EU ringt um Agrartreibstoffe

Verschiedene Dokumente haben die EU wachgerüttelt: „Bio“treibstoffe zerstören die Lebensmittelproduktion und die Regenwälder – die Wirtschaft macht derweil Stimmung gegen die Erkenntnisse //
Agrardiesel und andere „grüne“ Treibstoffe, die von Europäern getankt werden, können unbeabsichtigte Konsequenzen für tropische Regenwälder und Feuchtgebiete haben, räumt die EU nun in einer Reihe von Berichten ein. Dies berichtete die Nachrichtenagentur Reuters am Donnerstag. Die EU hegt offenbar Zweifel an der bisherigen Subventionspolitik. Artikel im News-Bereich von BOS Deutschland vom 5. März 2010 von Lars Dittmer

„Die simulierten Effekte der EU-Agrartreibstoffpolitik lösen Eruptionen auf den Agrarmärkten aus,“ warnt ein Vorabbericht die EU-Politiker. Bislang war das angepeilte Ziel der EU, bis 2020 zehn Prozent der Treibstoffversorgung aus erneuerbaren Energien zu beziehen. In der EU gibt es nun Stimmen, die dieses Ziel binnen einer Vier-Jahres-Frist erneut prüfen wollen.

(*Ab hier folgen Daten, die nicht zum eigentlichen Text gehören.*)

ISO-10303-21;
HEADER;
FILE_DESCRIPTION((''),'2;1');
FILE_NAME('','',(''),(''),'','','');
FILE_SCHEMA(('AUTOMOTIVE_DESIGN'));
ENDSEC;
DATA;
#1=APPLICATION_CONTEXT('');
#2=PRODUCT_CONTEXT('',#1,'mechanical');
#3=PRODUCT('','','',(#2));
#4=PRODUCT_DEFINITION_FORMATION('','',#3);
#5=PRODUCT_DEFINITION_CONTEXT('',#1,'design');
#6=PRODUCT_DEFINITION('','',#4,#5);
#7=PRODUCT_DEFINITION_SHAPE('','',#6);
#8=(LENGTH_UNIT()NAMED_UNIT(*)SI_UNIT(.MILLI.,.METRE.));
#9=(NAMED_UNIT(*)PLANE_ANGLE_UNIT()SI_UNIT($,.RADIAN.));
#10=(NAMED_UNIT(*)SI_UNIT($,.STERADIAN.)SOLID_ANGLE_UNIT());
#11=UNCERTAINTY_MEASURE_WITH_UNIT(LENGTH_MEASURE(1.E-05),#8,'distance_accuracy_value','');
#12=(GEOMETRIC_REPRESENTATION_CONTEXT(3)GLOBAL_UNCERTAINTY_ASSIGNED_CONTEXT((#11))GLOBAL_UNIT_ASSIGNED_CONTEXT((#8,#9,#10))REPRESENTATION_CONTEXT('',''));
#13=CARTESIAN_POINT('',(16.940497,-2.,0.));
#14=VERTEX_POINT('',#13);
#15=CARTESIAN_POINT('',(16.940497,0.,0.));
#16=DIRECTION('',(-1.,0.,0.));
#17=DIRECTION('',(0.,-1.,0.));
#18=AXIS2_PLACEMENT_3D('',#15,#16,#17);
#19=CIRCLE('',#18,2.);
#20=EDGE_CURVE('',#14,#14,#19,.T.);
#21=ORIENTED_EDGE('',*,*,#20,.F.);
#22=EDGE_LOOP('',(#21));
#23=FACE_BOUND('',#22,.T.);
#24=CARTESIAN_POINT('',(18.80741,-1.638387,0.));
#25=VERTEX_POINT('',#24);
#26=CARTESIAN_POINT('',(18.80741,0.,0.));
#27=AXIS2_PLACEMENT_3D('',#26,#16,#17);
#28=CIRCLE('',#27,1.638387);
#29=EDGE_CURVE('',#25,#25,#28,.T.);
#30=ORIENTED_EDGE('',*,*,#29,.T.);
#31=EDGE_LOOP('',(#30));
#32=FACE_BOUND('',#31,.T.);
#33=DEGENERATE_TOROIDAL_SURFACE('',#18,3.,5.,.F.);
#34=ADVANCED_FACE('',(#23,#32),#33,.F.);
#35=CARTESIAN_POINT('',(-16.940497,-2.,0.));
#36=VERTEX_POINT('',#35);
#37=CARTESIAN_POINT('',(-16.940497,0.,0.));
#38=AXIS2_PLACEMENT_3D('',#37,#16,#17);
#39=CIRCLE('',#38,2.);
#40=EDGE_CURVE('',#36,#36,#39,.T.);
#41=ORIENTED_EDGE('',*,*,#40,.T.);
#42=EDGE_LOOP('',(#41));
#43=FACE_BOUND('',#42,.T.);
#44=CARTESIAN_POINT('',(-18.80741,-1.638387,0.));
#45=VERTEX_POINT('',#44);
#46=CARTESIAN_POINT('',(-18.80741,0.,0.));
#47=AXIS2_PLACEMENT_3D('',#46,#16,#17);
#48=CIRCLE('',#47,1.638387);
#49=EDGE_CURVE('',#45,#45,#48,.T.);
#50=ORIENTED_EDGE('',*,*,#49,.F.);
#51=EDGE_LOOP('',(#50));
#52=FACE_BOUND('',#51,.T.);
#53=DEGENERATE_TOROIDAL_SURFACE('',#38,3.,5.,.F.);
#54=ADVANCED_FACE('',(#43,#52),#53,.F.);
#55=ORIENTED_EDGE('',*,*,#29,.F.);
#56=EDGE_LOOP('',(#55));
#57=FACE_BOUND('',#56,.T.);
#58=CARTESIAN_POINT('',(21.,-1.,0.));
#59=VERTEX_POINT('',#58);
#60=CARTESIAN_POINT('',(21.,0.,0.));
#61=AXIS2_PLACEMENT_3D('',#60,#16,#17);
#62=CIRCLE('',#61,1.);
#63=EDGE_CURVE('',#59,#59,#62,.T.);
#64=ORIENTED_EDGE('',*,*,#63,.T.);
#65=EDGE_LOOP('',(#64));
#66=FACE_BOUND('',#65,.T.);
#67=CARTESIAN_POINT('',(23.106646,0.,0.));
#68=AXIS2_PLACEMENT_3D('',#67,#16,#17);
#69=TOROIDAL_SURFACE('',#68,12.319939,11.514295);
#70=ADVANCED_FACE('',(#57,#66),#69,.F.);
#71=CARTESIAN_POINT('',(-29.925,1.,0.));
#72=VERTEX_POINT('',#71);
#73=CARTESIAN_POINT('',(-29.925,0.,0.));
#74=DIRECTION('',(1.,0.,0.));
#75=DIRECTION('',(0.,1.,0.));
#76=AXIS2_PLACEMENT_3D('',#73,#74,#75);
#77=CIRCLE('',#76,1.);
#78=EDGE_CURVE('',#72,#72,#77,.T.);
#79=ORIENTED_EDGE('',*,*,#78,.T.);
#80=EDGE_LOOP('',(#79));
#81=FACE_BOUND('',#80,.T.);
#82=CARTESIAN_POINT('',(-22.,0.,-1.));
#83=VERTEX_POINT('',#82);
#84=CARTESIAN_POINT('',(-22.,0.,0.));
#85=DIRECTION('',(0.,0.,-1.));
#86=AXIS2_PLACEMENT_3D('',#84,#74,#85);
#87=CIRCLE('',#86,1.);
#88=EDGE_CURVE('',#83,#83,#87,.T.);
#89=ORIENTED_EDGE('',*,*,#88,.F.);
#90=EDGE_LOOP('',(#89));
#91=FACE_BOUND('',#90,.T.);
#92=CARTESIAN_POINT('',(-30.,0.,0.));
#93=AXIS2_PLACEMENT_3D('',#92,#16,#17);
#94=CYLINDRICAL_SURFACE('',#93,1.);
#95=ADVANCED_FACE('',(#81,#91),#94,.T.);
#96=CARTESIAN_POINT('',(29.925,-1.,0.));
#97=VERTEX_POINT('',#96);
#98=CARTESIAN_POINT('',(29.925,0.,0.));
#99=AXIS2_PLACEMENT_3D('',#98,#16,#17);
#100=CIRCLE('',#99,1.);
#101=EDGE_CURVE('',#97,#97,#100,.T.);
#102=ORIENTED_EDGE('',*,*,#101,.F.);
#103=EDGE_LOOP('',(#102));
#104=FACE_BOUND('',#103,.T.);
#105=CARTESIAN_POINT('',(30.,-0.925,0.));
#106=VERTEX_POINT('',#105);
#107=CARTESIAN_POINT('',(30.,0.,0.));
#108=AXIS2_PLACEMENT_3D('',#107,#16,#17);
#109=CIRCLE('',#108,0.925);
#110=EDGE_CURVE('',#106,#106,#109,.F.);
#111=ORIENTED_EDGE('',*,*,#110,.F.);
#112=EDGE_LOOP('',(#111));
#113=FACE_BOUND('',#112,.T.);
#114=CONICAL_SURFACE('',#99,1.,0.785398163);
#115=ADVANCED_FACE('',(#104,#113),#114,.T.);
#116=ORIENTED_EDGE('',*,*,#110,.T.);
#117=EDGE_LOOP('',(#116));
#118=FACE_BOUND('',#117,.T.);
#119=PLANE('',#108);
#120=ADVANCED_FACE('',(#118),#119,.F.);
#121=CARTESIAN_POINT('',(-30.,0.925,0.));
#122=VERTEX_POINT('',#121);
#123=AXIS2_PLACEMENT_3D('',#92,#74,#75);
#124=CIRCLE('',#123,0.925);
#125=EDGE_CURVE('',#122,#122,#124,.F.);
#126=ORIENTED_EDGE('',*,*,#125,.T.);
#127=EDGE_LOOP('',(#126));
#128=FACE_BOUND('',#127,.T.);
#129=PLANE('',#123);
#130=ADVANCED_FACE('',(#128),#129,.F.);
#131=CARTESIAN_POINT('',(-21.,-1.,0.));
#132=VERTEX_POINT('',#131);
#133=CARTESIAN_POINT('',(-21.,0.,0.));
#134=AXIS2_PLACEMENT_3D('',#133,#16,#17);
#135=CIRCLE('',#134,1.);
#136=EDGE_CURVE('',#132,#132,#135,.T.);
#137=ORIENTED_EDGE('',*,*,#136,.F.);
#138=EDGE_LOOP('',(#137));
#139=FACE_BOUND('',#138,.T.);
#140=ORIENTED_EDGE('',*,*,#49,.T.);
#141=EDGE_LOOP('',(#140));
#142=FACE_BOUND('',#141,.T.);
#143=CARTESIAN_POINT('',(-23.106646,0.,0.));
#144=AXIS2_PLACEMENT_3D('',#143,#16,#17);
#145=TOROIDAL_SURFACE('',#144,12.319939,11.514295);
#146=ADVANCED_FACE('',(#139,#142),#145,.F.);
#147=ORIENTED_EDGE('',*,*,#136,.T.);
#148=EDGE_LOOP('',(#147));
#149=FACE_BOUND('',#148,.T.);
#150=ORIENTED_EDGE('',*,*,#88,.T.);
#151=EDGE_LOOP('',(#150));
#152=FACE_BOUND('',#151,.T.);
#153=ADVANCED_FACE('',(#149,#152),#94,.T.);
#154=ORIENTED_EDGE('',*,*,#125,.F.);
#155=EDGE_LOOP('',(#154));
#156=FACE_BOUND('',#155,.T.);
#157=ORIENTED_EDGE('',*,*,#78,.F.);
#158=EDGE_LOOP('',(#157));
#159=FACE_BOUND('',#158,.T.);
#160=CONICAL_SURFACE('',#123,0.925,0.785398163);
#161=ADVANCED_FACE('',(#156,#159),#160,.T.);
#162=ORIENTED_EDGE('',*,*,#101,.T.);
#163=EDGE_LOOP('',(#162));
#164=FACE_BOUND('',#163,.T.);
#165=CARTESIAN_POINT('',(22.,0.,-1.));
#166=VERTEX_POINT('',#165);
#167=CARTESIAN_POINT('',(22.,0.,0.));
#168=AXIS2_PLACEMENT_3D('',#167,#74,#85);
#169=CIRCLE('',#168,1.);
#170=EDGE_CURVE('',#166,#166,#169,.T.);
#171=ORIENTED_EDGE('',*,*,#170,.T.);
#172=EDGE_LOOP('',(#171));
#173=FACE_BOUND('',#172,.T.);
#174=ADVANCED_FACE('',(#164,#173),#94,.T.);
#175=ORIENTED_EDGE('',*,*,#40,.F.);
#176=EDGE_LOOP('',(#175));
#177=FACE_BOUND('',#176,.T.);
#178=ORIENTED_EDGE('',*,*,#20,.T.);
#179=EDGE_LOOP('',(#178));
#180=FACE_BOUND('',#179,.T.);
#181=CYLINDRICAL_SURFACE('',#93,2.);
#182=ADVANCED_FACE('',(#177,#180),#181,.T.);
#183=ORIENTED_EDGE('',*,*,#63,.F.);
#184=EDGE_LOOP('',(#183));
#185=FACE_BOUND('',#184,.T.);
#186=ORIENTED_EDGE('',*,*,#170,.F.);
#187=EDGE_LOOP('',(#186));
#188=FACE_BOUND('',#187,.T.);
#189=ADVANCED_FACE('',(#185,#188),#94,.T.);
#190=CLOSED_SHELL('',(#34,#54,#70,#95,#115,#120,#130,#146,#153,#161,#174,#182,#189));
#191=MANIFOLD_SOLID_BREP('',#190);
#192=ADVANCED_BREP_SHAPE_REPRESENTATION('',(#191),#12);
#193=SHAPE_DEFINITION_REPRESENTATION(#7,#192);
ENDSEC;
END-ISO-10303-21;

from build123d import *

# Parameters (mm, degrees)
CHAMFER1_SIZE = 0.075


with BuildPart() as part:
    # Sketch2 → Revolve1 (revolve)
    with BuildSketch(Plane.XY):
        with BuildLine():
            Line((-30, 0), (30, 0))
            Line((30, 0), (30, 1))
            Line((30, 1), (21, 1))
            ThreePointArc((21, 1), (19.887839476, 1.264702229), (18.807410064, 1.638387373))
            ThreePointArc((18.807410064, 1.638387373), (17.891303231, 1.908764451), (16.940497485, 2))
            Line((16.940497485, 2), (-16.940497485, 2))
            ThreePointArc((-16.940497485, 2), (-17.891303231, 1.908764451), (-18.807410064, 1.638387373))
            ThreePointArc((-18.807410064, 1.638387373), (-19.887839476, 1.264702229), (-21, 1))
            Line((-21, 1), (-30, 1))
            Line((-30, 1), (-30, 0))
        make_face()
    revolve(axis=Axis((-30, 0, 0), (1, 0, 0)))

    # Chamfer1
    chamfer1_edges = [part.edges().sort_by_distance(p)[0] for p in [
        (30, -1, 0),
        (-30, -1, 0),
    ]]
    chamfer(chamfer1_edges, length=CHAMFER1_SIZE)


solid = part.part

„Falls der Anbau von Agrargütern für Biodiesel weiter in dieser Form von der EU unterstützt wird, wird massenweise Land in Lateinamerika und Asien in Agrarflächen konvertiert,“ warnt ein weiterer Bericht. „Die möglichen Umweltschäden, die daraus erwachsen sind massiv und kaum reversibel.“ Die Warnungen sind nicht neu – Umweltschutzaktivisten weisen schon seit Jahren auf die Probleme hin. Etwa 116 Dokumente, die mit dem Thema befasst sind werden derzeit diskutiert, weitere werden erwartet.

Die EU scheint aufgerüttelt – wenn sie auch im Moment noch versucht, intern die möglichen Schäden zu quantifizieren. „Offizielle Angaben gibt es noch nicht,“ sagte eine Sprecherin des europäischen Energieministers Günther Öttinger. „Die große Menge an Papieren zeigt allerdings, dass die Kommission die Problematik sehr ernst nimmt.“

Der Kampf innerhalb der Kommission hat auch ganz klar einen wirtschaftlichen Hintergrund. Ein interner Brief eines Agrarexperten warnt, dass eine 5-Milliarden-Euro-Industrie „sterben“ würde, käme der volle Kohlendioxid-Fußabdruck der Branche zum tragen. Auch Lobbyisten der Bioethanol-Industriegruppe Ebio, haben die derzeit unübersichtliche Faktenlage genutzt um bei den Politikern gegen die Mahner Stimmung zu machen.

Die indirekte Landumwidmung in Agrarplantagen hat speziell die Palmölindustrie frühzeitig ins Visier von Umweltschützern gebracht. „Bio“-Treibstoffe stehen in Konkurrenz zur Lebensmittelproduktion und werden heutzutage nicht selten an Orten angepflanzt, wo früher intakte Regenwälder standen. Wollte man den Durst der EU nach Agrarteibstoffen befriedigen, müsste man zusätzliche 5,2 Millionen Hektar Land bis 2020 finden, bescheinigt eine Studie. Das ist eine Fläche, größer als die Niederlande. Woher nehmen und nicht stehlen, sagt man sich nun in der EU.

Die Wälder werden oft brandgerodet und stoßen immense Mengen an Treibhausgasen in die Atmosphäre – nicht einmal theoretisch könnte ein so produzierter Treibstoff klimafreundlich sein. Experten gehen davon aus, dass, falls gerade einmal 2,4 Prozent des europäischen Agrarsprits aus Palmöl gewonnen würde, das auf früheren Torfböden gezogen würde, wäre jeder Gewinn fürs Klima null und nichtig.